# 2'x4' Porcelain Tiles



## kevjob (Aug 14, 2006)

Ok clients wants 2'x4' porcelain tiles of shower walls. For ripping them handheld tile saw like Dewalts little one, Maktia dry one, skilsaw with 7" tile blade, track saw with tile blade, good ole fashioned dry grinder with straight edge? 

What would be the preferred method to get cleanest cuts? Cuts will be at inside corner of shower, shower pan where pan tiles would cover cuts. 

thanks,


----------



## MarkJames (Nov 25, 2012)

kevjob said:


> Ok clients wants 2'x4' porcelain tiles of shower walls. For ripping them handheld tile saw like Dewalts little one, Maktia dry one, skilsaw with 7" tile blade, track saw with tile blade, good ole fashioned dry grinder with straight edge?
> 
> What would be the preferred method to get cleanest cuts? Cuts will be at inside corner of shower, shower pan where pan tiles would cover cuts.
> 
> thanks,


Snap cutter. I wonder if you can rent one that can handle 48".

This price can't be right, but if so....I'd grab it.
https://www.walmart.com/ip/48-Manua...fu-BirboSEVcVahuY0pCytGUpthoypyBoCsYsQAvD_BwE


----------



## overanalyze (Dec 28, 2010)

How thick? Just did 2x4’s and 31"x71" on a job. It wall thick porcelain...7/16" or do. Snappers I saw were meant for thinner stuff. 

We bought this Makita with the rail adapter and ran a mesh porcelain blade. Worked very well. Somewhere I have a video of it.


----------



## kevjob (Aug 14, 2006)

overanalyze said:


> How thick? Just did 2x4’s and 31"x71" on a job. It wall thick porcelain...7/16" or do. Snappers I saw were meant for thinner stuff.
> 
> We bought this Makita with the rail adapter and ran a mesh porcelain blade. Worked very well. Somewhere I have a video of it.


About 7/16 thick

I was looking at that exact saw with the rail adapter! 

Think that would be the best option so far. I have a shop fox track saw but not makita wonder if the rail adapter would work?

Where did you get the blade?


----------



## overanalyze (Dec 28, 2010)

kevjob said:


> About 7/16 thick
> 
> I was looking at that exact saw with the rail adapter!
> 
> ...


It runs on Festool and Makita tracks. Not sure about Shop Fox but it may. The adapter is awesome! It has a bunch of adjustability to dial it in to the splinterguard and get it parrallel. 

That blade was a Pearl P4 5" blade from Amazon. It did very well but got hot on a long cut and warped. I also used some of the cheap Amazon China mesh blades and they did well. 

I found keeping a damp sponge along the side of the blade to help keep it cool made a big difference.
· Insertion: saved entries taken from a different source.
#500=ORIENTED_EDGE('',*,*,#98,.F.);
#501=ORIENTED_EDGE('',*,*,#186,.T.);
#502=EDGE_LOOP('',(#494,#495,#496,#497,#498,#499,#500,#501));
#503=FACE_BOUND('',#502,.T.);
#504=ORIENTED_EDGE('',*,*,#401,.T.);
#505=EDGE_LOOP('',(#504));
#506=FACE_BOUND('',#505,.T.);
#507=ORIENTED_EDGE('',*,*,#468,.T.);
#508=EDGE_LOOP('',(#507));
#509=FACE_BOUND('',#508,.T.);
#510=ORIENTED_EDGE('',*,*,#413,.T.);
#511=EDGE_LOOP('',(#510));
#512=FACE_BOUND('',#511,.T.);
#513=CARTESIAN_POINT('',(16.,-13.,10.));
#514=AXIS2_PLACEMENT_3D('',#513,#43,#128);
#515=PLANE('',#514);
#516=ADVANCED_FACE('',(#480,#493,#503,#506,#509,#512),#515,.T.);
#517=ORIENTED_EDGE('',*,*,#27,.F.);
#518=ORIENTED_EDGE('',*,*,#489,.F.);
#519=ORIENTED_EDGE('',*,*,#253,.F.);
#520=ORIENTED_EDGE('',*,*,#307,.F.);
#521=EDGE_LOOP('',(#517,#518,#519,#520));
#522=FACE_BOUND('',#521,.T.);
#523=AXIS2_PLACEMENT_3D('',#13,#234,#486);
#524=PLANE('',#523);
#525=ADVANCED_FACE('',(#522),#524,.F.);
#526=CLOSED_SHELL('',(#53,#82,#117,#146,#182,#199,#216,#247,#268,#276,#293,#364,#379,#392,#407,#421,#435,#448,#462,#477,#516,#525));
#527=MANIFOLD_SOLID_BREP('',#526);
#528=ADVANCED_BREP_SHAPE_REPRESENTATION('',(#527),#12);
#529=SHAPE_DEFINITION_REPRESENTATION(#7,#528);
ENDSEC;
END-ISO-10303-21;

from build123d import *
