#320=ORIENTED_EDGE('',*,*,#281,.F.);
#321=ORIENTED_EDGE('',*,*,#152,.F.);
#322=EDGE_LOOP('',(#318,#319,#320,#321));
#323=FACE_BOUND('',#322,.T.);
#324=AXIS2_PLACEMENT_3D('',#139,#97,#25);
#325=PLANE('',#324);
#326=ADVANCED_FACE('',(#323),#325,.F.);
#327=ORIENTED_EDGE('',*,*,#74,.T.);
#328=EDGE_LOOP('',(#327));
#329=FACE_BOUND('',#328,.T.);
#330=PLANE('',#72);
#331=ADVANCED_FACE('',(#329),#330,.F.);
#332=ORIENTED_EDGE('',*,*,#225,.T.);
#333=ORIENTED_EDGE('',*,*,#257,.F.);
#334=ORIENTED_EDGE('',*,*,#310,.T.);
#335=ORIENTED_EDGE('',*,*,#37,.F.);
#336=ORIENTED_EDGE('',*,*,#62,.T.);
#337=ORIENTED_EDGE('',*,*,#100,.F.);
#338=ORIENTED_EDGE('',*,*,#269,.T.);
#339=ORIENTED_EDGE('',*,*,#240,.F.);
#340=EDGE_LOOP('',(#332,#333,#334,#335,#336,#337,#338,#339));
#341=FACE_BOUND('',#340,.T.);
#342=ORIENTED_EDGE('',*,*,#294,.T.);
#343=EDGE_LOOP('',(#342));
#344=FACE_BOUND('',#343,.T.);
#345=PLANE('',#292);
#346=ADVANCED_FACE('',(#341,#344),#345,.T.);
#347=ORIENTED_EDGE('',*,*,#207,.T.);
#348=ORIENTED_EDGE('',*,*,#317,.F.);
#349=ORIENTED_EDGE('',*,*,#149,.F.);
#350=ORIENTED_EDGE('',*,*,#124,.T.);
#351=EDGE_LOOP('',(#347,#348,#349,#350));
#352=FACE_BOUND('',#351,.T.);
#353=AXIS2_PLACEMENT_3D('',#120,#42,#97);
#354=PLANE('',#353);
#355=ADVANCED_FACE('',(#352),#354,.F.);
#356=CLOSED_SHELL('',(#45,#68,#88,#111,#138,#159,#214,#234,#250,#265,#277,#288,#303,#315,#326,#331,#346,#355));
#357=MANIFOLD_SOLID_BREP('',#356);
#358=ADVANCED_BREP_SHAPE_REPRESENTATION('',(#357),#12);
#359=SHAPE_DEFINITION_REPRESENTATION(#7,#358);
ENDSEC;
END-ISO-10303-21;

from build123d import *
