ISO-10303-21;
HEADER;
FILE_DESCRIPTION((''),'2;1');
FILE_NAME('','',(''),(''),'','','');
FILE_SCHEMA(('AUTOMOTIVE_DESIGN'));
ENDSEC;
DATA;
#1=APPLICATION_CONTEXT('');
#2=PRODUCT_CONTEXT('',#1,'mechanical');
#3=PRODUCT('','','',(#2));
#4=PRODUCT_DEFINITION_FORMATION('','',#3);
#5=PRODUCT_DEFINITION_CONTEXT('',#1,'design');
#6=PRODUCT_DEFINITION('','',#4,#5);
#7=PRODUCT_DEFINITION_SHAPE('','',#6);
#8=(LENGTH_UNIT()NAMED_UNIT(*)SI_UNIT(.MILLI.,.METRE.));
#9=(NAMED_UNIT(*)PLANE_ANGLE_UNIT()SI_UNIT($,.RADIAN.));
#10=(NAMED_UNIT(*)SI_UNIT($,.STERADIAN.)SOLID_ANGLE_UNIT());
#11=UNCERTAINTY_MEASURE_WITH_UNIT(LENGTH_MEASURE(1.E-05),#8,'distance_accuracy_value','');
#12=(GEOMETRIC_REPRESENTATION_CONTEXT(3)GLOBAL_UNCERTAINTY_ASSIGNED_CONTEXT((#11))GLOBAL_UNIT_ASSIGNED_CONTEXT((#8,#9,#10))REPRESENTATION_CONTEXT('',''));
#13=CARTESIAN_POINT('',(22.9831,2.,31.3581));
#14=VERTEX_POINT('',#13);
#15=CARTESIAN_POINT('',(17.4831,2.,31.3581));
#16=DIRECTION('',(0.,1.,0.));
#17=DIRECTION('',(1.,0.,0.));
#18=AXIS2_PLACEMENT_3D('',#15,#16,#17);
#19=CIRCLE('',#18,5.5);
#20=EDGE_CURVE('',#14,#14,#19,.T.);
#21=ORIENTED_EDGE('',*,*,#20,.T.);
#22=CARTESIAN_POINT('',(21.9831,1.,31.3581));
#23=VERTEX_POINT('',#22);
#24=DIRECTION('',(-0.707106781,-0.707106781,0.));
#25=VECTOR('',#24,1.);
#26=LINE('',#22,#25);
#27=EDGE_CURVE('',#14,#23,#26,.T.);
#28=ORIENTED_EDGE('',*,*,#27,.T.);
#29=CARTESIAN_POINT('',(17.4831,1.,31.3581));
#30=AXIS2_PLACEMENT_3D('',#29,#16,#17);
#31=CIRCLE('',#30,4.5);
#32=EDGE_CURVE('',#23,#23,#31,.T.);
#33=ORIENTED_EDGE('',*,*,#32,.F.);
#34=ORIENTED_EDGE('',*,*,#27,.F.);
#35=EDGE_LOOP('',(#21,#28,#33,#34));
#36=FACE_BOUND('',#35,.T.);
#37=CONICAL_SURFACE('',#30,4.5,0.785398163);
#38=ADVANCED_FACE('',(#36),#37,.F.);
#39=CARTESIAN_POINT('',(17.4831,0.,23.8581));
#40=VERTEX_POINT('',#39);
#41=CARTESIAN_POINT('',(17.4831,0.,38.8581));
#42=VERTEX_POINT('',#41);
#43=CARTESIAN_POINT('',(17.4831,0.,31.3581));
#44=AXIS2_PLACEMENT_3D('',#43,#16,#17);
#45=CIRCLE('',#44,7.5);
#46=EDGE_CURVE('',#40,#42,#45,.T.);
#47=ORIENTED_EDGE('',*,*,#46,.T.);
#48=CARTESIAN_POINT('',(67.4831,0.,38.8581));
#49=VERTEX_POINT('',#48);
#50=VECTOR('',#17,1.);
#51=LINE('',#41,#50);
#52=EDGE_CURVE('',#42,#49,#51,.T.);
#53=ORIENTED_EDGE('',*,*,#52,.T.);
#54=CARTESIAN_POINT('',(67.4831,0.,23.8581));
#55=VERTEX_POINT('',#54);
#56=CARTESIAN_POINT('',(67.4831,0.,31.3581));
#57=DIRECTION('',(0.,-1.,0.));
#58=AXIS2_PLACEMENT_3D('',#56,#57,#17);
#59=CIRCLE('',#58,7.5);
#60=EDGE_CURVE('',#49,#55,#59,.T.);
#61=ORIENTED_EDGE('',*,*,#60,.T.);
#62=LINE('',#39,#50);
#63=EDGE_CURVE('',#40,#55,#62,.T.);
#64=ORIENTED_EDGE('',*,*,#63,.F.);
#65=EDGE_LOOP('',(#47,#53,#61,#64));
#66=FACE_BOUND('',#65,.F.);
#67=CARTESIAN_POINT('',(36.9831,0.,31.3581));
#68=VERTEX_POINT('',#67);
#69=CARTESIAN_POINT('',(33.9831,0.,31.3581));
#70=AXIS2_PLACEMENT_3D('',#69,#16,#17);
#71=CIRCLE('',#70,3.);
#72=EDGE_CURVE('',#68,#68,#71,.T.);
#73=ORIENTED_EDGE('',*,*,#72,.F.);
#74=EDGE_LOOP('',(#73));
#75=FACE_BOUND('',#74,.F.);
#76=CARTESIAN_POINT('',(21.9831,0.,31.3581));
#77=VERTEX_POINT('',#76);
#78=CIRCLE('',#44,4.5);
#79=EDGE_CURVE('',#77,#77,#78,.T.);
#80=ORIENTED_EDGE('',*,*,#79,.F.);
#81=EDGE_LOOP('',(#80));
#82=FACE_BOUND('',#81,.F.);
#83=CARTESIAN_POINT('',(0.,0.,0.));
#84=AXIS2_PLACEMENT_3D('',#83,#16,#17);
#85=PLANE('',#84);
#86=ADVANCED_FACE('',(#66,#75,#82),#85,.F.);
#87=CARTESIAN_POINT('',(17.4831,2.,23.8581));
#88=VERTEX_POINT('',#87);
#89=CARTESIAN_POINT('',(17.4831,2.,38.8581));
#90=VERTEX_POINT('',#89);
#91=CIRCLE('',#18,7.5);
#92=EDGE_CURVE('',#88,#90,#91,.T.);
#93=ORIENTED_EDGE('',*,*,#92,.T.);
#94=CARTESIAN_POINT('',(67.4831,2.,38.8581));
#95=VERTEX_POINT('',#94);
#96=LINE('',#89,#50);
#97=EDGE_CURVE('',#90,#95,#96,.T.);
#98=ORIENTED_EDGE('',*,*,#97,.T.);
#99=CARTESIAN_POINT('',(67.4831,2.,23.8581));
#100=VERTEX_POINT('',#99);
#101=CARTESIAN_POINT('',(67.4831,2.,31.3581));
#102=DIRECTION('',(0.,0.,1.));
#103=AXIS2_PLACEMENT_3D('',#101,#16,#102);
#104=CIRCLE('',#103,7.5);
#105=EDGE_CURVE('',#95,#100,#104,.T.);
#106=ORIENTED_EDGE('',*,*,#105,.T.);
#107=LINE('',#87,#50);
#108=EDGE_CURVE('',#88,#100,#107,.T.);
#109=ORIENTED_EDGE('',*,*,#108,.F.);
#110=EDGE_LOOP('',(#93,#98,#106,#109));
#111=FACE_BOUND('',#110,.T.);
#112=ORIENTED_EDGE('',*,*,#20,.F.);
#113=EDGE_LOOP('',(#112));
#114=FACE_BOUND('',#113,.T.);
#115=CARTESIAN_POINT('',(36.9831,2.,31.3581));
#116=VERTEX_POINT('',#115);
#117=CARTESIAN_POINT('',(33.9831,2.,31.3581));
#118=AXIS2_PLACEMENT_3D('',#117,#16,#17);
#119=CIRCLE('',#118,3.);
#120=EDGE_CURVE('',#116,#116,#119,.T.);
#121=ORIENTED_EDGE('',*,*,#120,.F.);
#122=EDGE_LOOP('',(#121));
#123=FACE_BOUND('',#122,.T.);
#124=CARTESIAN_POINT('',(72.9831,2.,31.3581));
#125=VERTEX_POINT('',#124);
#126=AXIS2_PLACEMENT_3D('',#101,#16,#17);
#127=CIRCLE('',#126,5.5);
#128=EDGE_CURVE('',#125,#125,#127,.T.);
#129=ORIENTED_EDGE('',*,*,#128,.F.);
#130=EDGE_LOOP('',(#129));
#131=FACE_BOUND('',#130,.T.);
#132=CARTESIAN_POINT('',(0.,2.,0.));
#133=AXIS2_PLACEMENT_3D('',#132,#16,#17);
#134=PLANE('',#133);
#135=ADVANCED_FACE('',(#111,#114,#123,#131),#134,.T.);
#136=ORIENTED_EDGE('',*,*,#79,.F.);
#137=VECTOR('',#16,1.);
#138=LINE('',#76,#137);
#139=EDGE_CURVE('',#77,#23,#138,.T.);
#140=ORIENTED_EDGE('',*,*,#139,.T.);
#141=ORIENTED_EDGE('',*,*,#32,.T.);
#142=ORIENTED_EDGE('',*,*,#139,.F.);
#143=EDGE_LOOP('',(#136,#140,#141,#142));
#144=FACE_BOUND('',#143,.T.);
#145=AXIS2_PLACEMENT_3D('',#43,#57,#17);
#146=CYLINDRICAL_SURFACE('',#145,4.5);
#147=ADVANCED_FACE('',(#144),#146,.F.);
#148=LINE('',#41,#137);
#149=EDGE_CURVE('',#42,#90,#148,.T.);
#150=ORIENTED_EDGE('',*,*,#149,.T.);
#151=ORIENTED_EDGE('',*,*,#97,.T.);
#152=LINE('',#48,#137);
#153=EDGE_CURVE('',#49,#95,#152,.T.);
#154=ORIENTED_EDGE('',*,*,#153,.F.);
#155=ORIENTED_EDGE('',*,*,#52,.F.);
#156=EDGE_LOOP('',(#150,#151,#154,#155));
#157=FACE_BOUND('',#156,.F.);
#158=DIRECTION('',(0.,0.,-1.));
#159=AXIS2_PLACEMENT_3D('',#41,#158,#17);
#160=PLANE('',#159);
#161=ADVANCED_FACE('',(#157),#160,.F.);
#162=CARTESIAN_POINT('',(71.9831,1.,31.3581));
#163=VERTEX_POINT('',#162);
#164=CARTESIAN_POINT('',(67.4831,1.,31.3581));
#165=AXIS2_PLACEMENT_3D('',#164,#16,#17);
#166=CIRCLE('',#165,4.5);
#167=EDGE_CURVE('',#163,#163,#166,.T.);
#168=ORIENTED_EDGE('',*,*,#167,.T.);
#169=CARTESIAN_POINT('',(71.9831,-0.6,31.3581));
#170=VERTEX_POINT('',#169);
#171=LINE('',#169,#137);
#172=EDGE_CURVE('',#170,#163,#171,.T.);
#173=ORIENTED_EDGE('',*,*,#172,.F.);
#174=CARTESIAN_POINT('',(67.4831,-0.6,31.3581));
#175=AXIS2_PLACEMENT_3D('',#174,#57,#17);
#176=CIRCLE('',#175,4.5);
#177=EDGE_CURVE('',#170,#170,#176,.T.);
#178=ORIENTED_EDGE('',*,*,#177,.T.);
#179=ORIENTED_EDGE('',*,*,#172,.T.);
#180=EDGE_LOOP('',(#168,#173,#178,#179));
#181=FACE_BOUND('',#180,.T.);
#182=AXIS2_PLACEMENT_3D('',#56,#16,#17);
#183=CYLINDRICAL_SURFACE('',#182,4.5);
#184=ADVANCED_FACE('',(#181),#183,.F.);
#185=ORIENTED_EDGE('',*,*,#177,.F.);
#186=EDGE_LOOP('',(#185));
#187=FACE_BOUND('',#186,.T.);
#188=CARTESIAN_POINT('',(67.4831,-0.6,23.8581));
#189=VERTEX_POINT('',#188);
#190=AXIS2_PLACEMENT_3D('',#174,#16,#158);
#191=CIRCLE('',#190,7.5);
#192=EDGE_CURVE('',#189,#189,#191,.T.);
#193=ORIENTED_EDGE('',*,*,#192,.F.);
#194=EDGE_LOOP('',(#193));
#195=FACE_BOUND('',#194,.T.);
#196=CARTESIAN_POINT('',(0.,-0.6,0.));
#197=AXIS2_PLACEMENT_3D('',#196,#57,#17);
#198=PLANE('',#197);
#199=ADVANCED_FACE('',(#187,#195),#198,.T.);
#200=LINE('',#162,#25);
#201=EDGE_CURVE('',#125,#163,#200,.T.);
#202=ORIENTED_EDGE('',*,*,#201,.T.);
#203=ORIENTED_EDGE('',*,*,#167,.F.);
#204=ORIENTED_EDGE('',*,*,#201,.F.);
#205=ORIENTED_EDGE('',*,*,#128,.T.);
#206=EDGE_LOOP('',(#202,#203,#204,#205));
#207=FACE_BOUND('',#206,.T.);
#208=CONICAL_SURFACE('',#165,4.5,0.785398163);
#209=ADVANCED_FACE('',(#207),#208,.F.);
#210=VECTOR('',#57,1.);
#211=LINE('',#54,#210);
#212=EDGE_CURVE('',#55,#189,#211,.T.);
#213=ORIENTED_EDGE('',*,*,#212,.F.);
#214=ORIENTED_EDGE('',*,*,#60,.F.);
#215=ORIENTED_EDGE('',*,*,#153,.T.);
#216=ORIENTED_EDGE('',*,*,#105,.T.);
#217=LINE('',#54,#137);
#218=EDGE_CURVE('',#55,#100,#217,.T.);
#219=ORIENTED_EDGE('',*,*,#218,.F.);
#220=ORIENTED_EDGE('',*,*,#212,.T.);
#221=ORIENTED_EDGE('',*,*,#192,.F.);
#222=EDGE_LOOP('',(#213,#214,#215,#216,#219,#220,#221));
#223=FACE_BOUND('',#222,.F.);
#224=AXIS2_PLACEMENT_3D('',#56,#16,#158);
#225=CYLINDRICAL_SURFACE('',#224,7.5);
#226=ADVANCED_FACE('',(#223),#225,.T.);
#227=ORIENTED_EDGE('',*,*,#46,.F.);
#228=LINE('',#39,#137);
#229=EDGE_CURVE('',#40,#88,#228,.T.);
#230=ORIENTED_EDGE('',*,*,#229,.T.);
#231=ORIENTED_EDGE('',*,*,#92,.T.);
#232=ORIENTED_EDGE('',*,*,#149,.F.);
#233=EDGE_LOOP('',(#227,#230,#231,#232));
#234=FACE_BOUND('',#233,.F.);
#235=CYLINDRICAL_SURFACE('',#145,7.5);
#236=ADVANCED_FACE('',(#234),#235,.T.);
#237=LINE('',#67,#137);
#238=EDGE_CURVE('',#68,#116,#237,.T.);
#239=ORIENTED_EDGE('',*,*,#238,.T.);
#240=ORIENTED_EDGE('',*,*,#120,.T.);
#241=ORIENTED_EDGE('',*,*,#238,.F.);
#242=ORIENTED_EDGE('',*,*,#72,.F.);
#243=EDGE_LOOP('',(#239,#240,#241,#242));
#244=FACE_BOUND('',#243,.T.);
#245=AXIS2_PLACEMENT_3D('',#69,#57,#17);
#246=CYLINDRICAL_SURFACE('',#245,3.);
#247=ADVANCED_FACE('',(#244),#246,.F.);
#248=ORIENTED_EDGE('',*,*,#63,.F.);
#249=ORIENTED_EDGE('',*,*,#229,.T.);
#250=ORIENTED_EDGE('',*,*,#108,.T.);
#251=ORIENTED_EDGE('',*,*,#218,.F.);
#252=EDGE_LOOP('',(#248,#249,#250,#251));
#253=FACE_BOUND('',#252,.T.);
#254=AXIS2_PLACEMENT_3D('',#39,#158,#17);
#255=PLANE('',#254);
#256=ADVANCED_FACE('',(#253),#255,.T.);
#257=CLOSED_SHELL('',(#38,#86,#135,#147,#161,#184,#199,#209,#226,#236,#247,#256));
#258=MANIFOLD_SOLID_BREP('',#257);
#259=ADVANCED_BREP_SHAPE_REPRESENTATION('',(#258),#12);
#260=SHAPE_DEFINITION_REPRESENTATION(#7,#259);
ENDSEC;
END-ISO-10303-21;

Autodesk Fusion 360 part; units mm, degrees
sketch "Sketch1" plane through (0, 0, 0) normal (0, 1, 0) x (1, 0, 0)
  line L0 (10.6191, -31.3581) -> (94.7803, -31.3581) construction
  line L1 (17.4831, -11.9367) -> (17.4831, -43.2834) construction
  line L2 (67.4831, -11.9367) -> (67.4831, -43.2834) construction
  circle A0 centre (17.4831, -31.3581) radius 7.5
  circle A1 centre (67.4831, -31.3581) radius 7.5
  line L3 (10.4242, -23.8581) -> (76.5455, -23.8581) construction
  line L4 (7.5967, -38.8581) -> (83.3606, -38.8581) construction
  line L5 (17.4831, -23.8581) -> (67.4831, -23.8581)
  line L6 (17.4831, -38.8581) -> (67.4831, -38.8581)
  circle A2 centre (67.4831, -31.3581) radius 4.5
  circle A3 centre (17.4831, -31.3581) radius 4.5
  line L7 (33.9831, -16.495) -> (33.9831, -43.6658) construction
  circle A4 centre (33.9831, -31.3581) radius 3
  dimension "d1" = 50
  dimension "d2" = 15
  dimension "d3" = 15
  dimension "d4" = 9
  dimension "d5" = 9
  dimension "d9" = 16.5
  dimension "d10" = 6
extrude "Extrude1" add sketch "Sketch1" along normal blind 2
chamfer "Chamfer1" distance 1 angle 45 2 edges at (13.2876, 2, 29.7308) (63.2876, 2, 29.7308)
sketch "Sketch2" plane through (0, 0, 0) normal (0, -1, 0) x (1, 0, 0)
  circle A0 centre (33.9831, 31.3581) radius 3
  circle A1 centre (17.4831, 31.3581) radius 4.5
  circle A2 centre (67.4831, 31.3581) radius 4.5
  arc A3 (17.4831, 38.8581) -> (17.4831, 23.8581) centre (17.4831, 31.3581) ccw
  line L0 (17.4831, 23.8581) -> (67.4831, 23.8581)
  arc A4 (67.4831, 23.8581) -> (67.4831, 38.8581) centre (67.4831, 31.3581) ccw
  line L1 (67.4831, 38.8581) -> (17.4831, 38.8581)
  circle A5 centre (67.4831, 31.3581) radius 7.5
  circle A6 centre (67.4831, 31.3581) radius 4.5
extrude "Extrude2" add sketch "Sketch2" along normal blind 0.6 contours A4 A5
Finish the cut with a 200 grit diamond pad on a grinder to dress the edge and it was damn near factory... definitely more than good enough for an inside corner being covered by caulking. I had a bunch of exposed cuts that turned out great too.


----------



## MarkJames (Nov 25, 2012)

That snapper I posted claims to work on .6" thick. At a hundred- something, you're not even remotely curious?


----------



## kevjob (Aug 14, 2006)

MarkJames said:


> That snapper I posted claims to work on .6" thick. At a hundred- something, you're not even remotely curious?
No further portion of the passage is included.